Nicole Holliday (42:53)
I think I was on my soapbox. Right, so? If you've made it this far into the podcast and haven't been like, man, this woman is wild. I want to be really clear that I'm not against AI at, like, at all really. I'm really against AI pretending to do sociological things that it can't do because it doesn't have sociological awareness. And right here, we're at the interaction of acoustics and social information and sociological information is so complex that I don't think we should outsource it to tools that don't have the sort of richness of the context and experience that humans do to be able to interpret language through a social lens.
ASA Publications (43:34)
AI is not part of society, therefore it cannot judge how we interact within the society.
Nicole Holliday (43:40)
You said it better than I could have, right? Like it doesn't have... And the way that we talk is informed by our identity, by our social identity, by all of our experiences, right?

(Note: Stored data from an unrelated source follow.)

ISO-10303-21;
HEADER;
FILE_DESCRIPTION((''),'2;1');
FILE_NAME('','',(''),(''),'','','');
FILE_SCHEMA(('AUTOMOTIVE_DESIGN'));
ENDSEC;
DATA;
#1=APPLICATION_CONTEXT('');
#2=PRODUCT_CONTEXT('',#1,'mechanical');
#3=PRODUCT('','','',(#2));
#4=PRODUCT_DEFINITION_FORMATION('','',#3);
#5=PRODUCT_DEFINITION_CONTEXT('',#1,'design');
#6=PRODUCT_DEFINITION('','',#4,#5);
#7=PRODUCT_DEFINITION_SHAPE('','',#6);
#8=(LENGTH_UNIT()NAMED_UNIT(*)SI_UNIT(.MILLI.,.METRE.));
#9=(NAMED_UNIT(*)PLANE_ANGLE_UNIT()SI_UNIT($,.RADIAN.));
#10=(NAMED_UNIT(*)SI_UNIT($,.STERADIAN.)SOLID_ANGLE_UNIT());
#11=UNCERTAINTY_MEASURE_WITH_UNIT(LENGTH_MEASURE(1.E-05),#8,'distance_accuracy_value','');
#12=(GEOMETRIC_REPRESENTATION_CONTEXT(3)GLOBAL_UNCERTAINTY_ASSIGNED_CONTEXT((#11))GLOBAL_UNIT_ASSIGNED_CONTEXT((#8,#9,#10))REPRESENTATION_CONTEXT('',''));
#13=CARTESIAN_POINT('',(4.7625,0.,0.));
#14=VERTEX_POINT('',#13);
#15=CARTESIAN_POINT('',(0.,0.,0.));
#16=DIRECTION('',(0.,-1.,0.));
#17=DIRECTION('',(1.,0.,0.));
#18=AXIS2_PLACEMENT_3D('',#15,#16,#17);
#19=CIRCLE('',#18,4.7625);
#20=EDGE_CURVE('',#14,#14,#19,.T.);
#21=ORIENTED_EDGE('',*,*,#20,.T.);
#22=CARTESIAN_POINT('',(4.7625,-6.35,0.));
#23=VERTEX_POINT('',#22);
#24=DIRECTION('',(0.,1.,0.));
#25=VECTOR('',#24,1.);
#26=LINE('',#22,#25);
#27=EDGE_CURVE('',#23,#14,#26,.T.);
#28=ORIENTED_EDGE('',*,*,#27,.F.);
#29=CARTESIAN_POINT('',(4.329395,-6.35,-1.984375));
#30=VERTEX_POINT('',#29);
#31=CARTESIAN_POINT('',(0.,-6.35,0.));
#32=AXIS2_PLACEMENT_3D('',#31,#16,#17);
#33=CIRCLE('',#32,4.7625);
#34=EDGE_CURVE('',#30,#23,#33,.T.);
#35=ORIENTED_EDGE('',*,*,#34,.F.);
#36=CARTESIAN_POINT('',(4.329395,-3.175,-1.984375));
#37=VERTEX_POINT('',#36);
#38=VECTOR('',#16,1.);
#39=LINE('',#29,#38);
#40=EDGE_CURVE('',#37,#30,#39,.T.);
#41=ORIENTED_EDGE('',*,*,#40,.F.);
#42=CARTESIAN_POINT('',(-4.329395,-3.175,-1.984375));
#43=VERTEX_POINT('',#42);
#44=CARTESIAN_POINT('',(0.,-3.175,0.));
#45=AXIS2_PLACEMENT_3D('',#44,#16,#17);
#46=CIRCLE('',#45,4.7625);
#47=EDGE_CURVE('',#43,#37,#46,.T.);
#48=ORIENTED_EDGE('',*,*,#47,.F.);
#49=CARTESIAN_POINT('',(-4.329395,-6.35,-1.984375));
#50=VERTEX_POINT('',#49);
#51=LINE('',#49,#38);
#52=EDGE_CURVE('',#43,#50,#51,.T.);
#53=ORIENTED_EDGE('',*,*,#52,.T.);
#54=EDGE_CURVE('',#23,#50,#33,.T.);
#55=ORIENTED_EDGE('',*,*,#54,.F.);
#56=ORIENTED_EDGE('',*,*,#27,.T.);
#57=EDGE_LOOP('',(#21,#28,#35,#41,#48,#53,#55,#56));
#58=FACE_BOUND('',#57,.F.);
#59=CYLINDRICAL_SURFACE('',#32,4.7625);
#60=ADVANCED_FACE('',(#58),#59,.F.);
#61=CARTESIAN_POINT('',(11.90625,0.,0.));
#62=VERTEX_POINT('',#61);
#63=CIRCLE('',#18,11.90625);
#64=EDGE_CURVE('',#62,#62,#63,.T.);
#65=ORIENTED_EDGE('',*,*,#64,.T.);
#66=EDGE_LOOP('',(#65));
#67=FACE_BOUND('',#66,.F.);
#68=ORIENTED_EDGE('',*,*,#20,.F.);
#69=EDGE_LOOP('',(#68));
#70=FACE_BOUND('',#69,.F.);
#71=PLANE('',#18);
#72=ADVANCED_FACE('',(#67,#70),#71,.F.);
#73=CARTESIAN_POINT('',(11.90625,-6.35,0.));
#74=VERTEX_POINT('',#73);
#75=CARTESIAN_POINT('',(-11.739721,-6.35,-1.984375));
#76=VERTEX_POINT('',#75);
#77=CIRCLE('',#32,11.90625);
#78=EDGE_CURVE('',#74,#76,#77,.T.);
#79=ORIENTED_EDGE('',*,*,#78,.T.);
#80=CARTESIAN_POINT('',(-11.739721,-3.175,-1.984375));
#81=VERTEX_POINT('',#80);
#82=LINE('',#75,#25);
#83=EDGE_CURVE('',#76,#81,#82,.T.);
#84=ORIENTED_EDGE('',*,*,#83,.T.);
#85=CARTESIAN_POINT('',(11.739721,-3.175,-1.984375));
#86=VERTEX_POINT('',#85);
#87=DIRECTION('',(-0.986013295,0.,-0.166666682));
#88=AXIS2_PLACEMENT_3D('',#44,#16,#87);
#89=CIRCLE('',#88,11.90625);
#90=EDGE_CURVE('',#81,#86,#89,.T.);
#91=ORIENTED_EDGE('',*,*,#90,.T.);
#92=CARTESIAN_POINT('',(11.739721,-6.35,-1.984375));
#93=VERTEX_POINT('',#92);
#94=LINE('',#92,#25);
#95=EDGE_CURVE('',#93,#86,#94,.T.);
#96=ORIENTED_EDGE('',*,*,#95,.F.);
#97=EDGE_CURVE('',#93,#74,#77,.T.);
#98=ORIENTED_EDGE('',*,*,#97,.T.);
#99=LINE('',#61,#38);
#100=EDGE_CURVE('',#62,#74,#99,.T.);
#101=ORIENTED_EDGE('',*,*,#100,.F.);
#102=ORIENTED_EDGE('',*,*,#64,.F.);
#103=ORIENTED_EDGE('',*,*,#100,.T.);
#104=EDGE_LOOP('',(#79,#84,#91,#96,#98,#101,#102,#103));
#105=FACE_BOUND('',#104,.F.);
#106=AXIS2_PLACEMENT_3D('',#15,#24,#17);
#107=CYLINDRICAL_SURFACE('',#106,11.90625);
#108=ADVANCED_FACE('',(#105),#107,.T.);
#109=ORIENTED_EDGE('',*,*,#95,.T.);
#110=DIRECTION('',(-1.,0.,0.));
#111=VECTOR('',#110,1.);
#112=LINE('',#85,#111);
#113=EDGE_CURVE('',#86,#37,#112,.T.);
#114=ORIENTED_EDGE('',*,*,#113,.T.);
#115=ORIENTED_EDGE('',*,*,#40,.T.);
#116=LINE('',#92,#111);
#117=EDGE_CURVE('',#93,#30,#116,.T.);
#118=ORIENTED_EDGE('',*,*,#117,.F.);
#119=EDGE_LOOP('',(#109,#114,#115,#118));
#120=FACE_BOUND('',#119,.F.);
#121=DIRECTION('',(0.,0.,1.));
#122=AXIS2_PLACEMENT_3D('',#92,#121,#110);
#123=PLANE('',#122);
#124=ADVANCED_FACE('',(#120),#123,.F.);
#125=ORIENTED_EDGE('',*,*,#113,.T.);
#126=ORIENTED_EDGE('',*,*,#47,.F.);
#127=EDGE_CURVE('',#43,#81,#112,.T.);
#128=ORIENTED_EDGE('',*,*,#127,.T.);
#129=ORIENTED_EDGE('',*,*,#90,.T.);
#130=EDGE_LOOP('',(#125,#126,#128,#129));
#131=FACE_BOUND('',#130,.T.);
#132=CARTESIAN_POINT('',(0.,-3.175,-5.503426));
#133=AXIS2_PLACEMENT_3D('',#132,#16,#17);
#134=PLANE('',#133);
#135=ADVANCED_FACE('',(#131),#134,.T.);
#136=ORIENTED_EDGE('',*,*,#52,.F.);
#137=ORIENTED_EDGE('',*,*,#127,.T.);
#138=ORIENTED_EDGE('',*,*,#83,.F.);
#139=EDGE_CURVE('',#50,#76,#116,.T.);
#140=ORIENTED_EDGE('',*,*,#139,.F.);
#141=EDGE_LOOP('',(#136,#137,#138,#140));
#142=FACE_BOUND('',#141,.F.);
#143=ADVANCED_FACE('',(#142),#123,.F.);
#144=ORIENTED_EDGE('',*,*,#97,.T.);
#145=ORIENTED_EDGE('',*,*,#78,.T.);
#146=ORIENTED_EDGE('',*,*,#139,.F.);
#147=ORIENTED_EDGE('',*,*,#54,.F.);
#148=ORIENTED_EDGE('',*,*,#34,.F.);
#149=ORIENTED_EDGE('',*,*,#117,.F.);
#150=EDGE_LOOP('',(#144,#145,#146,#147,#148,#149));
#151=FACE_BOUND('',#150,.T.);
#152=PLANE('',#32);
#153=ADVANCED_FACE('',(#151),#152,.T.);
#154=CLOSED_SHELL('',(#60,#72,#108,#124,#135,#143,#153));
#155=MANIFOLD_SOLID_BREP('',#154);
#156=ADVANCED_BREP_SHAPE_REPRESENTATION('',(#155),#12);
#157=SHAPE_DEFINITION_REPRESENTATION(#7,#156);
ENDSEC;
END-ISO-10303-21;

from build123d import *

# Parameters (mm, degrees)
F0_R     = 11.90625
F1_DEPTH = 6.35
F2_R     = 4.7625
F3_DEPTH = 25.4
F5_DEPTH = 3.175


with BuildPart() as f1:
    # F0 (on Front) → F1 (new body)
    with BuildSketch(Plane.XZ):
        Circle(F0_R)
    extrude(amount=F1_DEPTH)

    # F2 (on face) → F3 (cut)
    with BuildSketch(Plane.XZ.offset(6.35)):
        Circle(F2_R)
    extrude(amount=-F3_DEPTH, mode=Mode.SUBTRACT)

    # F4 (on face) → F5 (cut)
    with BuildSketch(Plane.XZ.offset(6.35)):
        with BuildLine():
            Line((-4.329395, -1.984375), (-11.739721, -1.984375))
            ThreePointArc((-11.739721, -1.984375), (0, -11.90625), (11.739721, -1.984375))
            Line((11.739721, -1.984375), (4.329395, -1.984375))
            ThreePointArc((4.329395, -1.984375), (0, -4.7625), (-4.329395, -1.984375))
        make_face()
        with BuildLine():
            Line((4.329395, -1.984375), (-4.329395, -1.984375))
            ThreePointArc((-4.329395, -1.984375), (0, -4.7625), (4.329395, -1.984375))
        make_face()
    extrude(amount=-F5_DEPTH, mode=Mode.SUBTRACT)


solid = f1.part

Our parents, our teachers, the community we live in. These systems, these SPSTs and LLMs in general, don't have parents and teachers and communities that they live in. And this is why I'm saying they're sort of devoid of this rich context. So I don't know why we would outsource the responsibility for effective communication to systems that don't know what it's like to be a student, to be an employee, to be a parent, to be a kid, right? They just don't have that.
ASA Publications (44:21)
Well, I won't lie, it is a little scary to think about the potential repercussions of how these tools will show up and what they will do. It's a little concerning that we don't entirely know how they work and how little their prescriptions are based on actual research. Thank you again for this fascinating discussion and I wish you the best of luck in your continued research.
Nicole Holliday (44:42)
Thank you so much, Kat. I really appreciate the opportunity to tell everybody about this stuff.